Think of it like this:
* **Single block**: "How hard was this math problem?"
* **Entire blockchain**: "How hard was this entire series of math problems?"
## Why Entropy Instead of "Work"?
**Entropy** is a physics concept that measures randomness or disorder. When miners find a block, they're essentially **reducing randomness** by finding a very specific, ordered hash.
**The Key Insight**: The amount of randomness removed (entropy reduced) directly corresponds to the energy spent creating that order.
**Real-world analogy**:
* Messy room (high entropy) → Clean room (low entropy)
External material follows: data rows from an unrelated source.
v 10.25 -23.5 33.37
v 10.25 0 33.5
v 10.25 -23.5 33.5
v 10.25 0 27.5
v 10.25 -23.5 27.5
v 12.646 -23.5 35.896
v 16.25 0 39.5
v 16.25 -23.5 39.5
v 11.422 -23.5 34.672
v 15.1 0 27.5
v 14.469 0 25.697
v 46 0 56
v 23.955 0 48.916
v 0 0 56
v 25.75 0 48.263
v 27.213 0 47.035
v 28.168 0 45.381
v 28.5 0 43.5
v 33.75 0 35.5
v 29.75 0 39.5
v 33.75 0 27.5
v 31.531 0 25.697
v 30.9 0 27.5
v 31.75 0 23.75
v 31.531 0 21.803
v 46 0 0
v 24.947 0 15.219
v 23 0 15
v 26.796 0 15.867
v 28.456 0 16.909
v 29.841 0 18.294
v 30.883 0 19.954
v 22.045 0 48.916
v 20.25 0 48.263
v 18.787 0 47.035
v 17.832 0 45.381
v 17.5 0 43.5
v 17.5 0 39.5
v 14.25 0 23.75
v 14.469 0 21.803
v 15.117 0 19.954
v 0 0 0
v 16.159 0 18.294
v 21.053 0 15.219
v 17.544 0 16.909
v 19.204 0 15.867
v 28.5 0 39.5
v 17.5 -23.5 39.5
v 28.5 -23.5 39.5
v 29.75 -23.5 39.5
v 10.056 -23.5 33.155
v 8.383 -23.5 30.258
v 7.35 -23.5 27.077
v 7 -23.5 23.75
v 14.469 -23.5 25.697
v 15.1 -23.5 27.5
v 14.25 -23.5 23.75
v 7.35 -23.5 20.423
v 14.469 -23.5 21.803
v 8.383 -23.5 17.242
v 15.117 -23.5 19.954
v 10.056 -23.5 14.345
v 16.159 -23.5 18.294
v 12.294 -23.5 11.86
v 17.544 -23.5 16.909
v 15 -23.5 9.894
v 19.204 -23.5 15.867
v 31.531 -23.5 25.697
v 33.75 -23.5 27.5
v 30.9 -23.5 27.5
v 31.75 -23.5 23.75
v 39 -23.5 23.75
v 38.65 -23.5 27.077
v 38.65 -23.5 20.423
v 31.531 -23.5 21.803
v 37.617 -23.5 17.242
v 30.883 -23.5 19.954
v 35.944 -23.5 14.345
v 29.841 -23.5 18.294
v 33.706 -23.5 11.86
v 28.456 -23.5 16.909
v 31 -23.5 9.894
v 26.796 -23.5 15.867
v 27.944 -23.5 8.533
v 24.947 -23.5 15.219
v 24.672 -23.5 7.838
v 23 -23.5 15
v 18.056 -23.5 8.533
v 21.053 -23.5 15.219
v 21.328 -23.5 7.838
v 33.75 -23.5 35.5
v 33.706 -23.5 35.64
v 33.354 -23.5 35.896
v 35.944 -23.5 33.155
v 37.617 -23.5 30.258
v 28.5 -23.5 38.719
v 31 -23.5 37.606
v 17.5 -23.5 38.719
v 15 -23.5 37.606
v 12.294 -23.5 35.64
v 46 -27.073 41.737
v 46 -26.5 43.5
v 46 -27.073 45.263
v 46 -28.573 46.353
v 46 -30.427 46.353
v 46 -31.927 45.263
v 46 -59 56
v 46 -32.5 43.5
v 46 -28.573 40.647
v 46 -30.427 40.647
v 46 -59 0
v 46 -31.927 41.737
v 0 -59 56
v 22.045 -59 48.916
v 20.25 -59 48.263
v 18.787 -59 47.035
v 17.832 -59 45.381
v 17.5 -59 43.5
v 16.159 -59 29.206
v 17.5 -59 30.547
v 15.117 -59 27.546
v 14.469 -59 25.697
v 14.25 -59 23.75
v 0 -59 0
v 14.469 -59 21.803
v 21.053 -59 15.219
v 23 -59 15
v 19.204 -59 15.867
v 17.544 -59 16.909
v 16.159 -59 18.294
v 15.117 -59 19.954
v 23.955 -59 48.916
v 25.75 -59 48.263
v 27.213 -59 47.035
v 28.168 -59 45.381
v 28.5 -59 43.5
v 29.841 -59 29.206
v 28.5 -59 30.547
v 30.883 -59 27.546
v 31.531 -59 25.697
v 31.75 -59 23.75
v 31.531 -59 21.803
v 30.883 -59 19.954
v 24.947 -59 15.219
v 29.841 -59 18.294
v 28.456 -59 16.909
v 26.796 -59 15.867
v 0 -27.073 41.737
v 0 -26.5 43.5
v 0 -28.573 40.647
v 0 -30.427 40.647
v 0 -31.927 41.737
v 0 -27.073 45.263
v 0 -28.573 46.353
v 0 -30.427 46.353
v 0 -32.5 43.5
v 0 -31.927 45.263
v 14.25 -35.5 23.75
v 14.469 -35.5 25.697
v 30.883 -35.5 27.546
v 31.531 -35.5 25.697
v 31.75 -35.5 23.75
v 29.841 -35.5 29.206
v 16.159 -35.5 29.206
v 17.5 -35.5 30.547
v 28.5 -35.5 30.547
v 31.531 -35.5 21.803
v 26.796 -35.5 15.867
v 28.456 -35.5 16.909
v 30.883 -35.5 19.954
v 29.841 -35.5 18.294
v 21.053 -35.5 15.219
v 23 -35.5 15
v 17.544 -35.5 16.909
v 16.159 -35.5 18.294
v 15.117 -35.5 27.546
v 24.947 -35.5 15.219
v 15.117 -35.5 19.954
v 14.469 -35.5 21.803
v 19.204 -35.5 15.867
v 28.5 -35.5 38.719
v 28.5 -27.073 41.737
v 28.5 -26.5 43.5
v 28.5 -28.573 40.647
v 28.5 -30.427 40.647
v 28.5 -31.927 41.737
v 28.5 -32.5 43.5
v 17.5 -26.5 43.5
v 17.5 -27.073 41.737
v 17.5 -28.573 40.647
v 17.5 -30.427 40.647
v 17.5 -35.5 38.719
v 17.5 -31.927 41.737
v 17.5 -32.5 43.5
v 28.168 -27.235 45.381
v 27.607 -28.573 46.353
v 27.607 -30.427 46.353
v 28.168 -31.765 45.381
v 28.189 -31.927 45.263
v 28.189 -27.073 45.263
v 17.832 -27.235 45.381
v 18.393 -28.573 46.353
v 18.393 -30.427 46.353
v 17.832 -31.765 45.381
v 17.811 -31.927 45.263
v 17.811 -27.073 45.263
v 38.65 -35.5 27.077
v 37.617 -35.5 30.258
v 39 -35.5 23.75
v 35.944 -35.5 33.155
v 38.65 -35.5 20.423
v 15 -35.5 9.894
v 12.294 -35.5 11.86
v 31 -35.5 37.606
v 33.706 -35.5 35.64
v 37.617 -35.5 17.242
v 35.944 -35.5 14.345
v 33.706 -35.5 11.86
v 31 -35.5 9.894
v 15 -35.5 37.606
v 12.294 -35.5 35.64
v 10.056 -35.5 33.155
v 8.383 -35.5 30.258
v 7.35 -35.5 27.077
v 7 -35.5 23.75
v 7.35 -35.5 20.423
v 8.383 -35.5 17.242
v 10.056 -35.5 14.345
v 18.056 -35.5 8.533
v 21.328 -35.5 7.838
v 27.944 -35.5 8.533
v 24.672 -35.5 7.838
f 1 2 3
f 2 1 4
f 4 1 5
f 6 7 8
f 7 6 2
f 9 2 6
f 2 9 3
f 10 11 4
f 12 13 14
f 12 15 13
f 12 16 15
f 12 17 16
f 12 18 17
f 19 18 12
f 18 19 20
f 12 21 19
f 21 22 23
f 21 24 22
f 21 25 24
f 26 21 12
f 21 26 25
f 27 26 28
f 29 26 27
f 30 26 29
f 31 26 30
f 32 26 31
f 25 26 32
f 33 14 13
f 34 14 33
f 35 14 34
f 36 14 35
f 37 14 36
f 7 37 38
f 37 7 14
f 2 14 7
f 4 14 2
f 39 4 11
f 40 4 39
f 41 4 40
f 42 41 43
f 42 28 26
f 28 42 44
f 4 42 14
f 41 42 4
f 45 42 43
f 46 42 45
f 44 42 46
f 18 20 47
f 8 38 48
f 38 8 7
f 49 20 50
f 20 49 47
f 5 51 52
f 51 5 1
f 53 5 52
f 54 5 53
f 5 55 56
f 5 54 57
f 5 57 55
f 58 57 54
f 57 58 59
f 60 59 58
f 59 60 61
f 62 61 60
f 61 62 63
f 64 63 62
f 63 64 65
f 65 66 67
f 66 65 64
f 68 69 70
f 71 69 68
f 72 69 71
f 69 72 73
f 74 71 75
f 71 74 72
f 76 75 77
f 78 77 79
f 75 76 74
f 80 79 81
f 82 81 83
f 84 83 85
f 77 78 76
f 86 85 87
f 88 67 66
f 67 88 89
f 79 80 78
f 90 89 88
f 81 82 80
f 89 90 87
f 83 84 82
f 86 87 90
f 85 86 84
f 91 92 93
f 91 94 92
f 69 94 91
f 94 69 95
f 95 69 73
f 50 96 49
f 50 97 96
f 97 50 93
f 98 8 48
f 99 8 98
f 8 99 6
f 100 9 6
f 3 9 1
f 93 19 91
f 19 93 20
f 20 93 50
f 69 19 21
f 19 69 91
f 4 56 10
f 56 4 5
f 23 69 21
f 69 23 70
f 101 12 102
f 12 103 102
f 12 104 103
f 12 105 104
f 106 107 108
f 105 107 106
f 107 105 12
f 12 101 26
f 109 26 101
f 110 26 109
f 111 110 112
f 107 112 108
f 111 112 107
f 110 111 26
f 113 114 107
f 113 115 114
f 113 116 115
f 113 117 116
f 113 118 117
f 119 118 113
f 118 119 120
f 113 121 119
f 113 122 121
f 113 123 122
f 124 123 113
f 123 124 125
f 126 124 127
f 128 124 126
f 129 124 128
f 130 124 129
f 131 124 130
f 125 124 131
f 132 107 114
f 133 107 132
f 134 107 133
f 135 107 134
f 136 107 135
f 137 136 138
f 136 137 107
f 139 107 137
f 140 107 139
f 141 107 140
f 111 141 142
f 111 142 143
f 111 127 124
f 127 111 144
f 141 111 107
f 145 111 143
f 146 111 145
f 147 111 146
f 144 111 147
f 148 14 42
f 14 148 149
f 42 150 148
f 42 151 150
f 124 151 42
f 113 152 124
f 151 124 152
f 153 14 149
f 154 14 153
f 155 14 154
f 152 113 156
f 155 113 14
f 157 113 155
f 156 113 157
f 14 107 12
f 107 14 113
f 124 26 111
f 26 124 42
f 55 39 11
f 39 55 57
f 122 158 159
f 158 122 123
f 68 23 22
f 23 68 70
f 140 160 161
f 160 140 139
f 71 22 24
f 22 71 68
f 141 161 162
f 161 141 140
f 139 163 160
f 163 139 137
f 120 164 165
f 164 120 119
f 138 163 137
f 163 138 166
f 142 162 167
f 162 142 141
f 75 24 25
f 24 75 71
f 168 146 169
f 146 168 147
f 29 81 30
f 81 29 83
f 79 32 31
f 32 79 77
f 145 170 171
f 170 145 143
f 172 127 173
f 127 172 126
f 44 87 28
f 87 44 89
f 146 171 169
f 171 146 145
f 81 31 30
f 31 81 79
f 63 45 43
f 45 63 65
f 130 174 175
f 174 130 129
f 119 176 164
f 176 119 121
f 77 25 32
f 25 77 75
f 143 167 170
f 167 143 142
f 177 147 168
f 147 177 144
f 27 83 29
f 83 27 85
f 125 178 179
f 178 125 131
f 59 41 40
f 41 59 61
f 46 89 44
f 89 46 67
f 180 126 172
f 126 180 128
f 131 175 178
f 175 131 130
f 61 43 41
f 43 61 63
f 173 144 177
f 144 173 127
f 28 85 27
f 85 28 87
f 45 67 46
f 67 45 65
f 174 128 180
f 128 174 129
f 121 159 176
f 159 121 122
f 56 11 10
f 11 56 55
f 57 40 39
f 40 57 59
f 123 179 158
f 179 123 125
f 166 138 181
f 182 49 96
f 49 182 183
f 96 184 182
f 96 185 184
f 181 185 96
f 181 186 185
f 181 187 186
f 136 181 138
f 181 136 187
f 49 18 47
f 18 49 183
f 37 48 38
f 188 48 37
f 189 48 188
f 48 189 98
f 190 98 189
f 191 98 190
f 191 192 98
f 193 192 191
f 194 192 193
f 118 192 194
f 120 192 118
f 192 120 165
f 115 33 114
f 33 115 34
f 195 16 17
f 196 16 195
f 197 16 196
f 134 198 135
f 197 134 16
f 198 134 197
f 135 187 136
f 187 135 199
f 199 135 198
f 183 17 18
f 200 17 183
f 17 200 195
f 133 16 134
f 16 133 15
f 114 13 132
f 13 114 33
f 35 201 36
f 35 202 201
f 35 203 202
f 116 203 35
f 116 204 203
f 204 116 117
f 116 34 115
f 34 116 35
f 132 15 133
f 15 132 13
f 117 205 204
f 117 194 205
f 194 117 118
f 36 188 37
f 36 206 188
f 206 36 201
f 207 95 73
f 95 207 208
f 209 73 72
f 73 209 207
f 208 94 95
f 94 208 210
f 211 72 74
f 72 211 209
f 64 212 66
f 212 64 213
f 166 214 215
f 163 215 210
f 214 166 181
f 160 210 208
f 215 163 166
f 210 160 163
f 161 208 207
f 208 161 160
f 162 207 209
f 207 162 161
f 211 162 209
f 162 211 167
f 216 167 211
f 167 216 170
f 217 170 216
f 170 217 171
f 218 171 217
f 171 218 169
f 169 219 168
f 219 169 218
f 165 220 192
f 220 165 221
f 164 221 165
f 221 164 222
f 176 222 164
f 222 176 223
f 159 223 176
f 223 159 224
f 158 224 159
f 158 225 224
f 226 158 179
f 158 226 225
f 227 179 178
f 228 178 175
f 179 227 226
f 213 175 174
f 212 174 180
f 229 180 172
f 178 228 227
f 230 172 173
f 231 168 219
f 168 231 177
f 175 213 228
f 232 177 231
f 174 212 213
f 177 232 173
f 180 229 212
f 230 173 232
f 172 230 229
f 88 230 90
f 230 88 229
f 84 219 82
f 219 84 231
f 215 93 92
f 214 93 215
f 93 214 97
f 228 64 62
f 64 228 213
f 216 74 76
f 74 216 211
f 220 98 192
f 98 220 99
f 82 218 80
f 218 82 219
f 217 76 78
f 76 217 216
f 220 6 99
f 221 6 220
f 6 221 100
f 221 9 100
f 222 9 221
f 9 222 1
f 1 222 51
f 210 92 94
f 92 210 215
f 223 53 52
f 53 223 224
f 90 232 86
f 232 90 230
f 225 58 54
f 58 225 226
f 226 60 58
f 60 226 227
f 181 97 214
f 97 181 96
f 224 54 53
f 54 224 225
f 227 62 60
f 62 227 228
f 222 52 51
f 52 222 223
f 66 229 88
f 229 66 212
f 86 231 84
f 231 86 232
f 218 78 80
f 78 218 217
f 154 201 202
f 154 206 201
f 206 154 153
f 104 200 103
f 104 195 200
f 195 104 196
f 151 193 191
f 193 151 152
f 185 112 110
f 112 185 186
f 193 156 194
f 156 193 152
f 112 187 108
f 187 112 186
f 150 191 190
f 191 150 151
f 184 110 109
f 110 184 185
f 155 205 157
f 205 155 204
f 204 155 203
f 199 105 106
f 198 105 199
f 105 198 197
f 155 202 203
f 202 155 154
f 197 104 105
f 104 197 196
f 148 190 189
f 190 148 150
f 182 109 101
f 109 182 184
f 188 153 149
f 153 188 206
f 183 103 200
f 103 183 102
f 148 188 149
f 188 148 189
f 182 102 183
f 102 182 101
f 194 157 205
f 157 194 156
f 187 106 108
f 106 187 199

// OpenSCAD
// Euro Cylinder Lock Holder
// Useful for impressioning, picking
// (C) 2018 Matt Burrough
// v. 7.1 (7A)

// Units = mm

blockZ = 59;
blockX = 46;
blockY = 56;

keywayRadius = 8.75;

actuatorLength = 12;
actuatorRadius = 16;

profileRadius = 5.5;
profileHeight = 34;

M5ScrewR = 6/2;
M5ScrewHeadLen = 5;
M5ScrewHeadR = 9/2;

bottomOffset = 15;

   module prism(l, w, h){
       polyhedron(
               points=[[0,0,0], [l,0,0], [l,w,0], [0,w,0], [0,w,h], [l,w,h]],
               faces=[[0,1,2,3],[5,4,3,2],[0,4,5,1],[0,3,4],[5,2,1]]
               );
       
       // preview unfolded (do not include in your function
       z = 0.08;
       separation = 2;
       border = .2;
       translate([0,w+separation,0])
           cube([l,w,z]);
       translate([0,w+separation+w+border,0])
           cube([l,h,z]);
       translate([0,w+separation+w+border+h+border,0])
           cube([l,sqrt(w*w+h*h),z]);
       translate([l+border,w+separation+w+border+h+border,0])
           polyhedron(
                   points=[[0,0,0],[h,0,0],[0,sqrt(w*w+h*h),0], [0,0,z],[h,0,z],[0,sqrt(w*w+h*h),z]],
                   faces=[[0,1,2], [3,5,4], [0,3,4,1], [1,4,5,2], [2,5,3,0]]
                   );
       translate([0-border,w+separation+w+border+h+border,0])
           polyhedron(
                   points=[[0,0,0],[0-h,0,0],[0,sqrt(w*w+h*h),0], [0,0,z],[0-h,0,z],[0,sqrt(w*w+h*h),z]],
                   faces=[[1,0,2],[5,3,4],[0,1,4,3],[1,2,5,4],[2,0,3,5]]
                   );
       }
* Energy required to organize = Entropy reduced
* More organized = More energy spent = Lower entropy
## Geometric vs Linear: Why It Matters
**Traditional PoW (Linear Addition):**
* Block 1: 16 difficulty points
* Block 2: 16 difficulty points
* Block 3: 16 difficulty points
* **Total**: 16 + 16 + 16 = 48 points
**PoEM (Geometric Multiplication):**
* Block 1: Removes 1/65536 of possible states
* Block 2: Removes 1/65536 of remaining states
* Block 3: Removes 1/65536 of remaining states
* **Total**: (1/65536) × (1/65536) × (1/65536) = Much more security
**Why Multiplication is Better:**
* **Exponential security**: Each block makes the chain exponentially harder to recreate
* **Real probability**: Reflects the actual odds of recreating the work
* **Better comparison**: More accurately measures which chain required more total energy
Think of it like compound interest: adding 10% three times gives you 130%, but compounding 10% three times gives you 133.1%. The difference becomes massive over many blocks.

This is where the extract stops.